**Data provided**
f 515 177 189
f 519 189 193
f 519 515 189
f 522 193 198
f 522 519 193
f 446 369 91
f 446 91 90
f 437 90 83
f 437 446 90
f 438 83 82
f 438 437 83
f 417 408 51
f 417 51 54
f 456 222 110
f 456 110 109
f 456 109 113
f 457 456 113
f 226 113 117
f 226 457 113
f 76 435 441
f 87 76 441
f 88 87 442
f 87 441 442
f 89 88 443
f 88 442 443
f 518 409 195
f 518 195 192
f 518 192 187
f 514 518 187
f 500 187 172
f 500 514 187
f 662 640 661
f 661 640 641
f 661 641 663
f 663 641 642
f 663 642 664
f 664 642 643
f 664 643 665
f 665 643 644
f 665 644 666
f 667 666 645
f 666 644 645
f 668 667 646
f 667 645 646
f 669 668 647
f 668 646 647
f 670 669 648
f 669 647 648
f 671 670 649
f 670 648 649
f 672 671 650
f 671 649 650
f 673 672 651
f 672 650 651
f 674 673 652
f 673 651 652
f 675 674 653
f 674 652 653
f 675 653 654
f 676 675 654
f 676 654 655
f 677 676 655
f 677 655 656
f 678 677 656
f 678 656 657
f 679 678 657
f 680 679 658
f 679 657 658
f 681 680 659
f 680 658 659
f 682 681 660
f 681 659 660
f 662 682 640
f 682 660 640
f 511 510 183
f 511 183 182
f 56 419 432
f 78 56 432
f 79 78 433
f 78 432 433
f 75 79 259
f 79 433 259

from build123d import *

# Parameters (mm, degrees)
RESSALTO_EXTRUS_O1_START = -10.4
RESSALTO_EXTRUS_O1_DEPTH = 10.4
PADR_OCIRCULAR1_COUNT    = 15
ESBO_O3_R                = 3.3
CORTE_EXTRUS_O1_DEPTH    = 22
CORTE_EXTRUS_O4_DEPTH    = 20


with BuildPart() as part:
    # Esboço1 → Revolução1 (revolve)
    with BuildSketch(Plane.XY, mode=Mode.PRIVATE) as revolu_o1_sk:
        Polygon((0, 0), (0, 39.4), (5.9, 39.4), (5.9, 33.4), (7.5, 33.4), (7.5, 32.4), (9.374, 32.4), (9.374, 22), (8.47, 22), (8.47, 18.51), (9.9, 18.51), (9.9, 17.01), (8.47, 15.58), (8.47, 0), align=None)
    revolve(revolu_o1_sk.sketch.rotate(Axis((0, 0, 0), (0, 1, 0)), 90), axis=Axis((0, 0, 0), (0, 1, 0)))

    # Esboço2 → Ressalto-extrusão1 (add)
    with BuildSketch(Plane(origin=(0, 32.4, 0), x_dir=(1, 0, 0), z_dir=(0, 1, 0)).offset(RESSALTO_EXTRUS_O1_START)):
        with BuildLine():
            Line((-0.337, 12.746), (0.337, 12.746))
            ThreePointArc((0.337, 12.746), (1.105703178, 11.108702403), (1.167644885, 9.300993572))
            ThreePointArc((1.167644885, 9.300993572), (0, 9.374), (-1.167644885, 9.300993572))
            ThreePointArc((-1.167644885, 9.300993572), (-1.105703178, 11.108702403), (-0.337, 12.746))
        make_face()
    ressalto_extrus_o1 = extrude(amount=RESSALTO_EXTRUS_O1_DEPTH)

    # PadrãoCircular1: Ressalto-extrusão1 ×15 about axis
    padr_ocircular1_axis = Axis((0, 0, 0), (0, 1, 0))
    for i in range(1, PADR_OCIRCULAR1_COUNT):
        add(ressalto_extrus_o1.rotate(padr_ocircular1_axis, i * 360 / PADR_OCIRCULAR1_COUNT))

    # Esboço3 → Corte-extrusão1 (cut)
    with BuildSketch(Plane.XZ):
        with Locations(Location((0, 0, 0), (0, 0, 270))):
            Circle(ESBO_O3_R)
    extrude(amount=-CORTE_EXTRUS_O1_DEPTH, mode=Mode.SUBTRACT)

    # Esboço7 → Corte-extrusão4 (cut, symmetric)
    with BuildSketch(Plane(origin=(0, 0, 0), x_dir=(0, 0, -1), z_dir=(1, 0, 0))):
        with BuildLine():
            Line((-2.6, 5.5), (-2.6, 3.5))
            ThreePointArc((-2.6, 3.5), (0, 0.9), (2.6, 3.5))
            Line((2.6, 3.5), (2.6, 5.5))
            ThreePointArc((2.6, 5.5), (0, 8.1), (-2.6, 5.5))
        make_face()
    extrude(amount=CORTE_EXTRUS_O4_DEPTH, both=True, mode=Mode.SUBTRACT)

**About this exercise**
Lines from the start of the entries through the one containing "# Esboço1 → Revolução1 (revolve)" are to be set down again exactly, both ends included.

**Answer to this task**
f 515 177 189
f 519 189 193
f 519 515 189
f 522 193 198
f 522 519 193
f 446 369 91
f 446 91 90
f 437 90 83
f 437 446 90
f 438 83 82
f 438 437 83
f 417 408 51
f 417 51 54
f 456 222 110
f 456 110 109
f 456 109 113
f 457 456 113
f 226 113 117
f 226 457 113
f 76 435 441
f 87 76 441
f 88 87 442
f 87 441 442
f 89 88 443
f 88 442 443
f 518 409 195
f 518 195 192
f 518 192 187
f 514 518 187
f 500 187 172
f 500 514 187
f 662 640 661
f 661 640 641
f 661 641 663
f 663 641 642
f 663 642 664
f 664 642 643
f 664 643 665
f 665 643 644
f 665 644 666
f 667 666 645
f 666 644 645
f 668 667 646
f 667 645 646
f 669 668 647
f 668 646 647
f 670 669 648
f 669 647 648
f 671 670 649
f 670 648 649
f 672 671 650
f 671 649 650
f 673 672 651
f 672 650 651
f 674 673 652
f 673 651 652
f 675 674 653
f 674 652 653
f 675 653 654
f 676 675 654
f 676 654 655
f 677 676 655
f 677 655 656
f 678 677 656
f 678 656 657
f 679 678 657
f 680 679 658
f 679 657 658
f 681 680 659
f 680 658 659
f 682 681 660
f 681 659 660
f 662 682 640
f 682 660 640
f 511 510 183
f 511 183 182
f 56 419 432
f 78 56 432
f 79 78 433
f 78 432 433
f 75 79 259
f 79 433 259

from build123d import *

# Parameters (mm, degrees)
RESSALTO_EXTRUS_O1_START = -10.4
RESSALTO_EXTRUS_O1_DEPTH = 10.4
PADR_OCIRCULAR1_COUNT    = 15
ESBO_O3_R                = 3.3
CORTE_EXTRUS_O1_DEPTH    = 22
CORTE_EXTRUS_O4_DEPTH    = 20


with BuildPart() as part:
    # Esboço1 → Revolução1 (revolve)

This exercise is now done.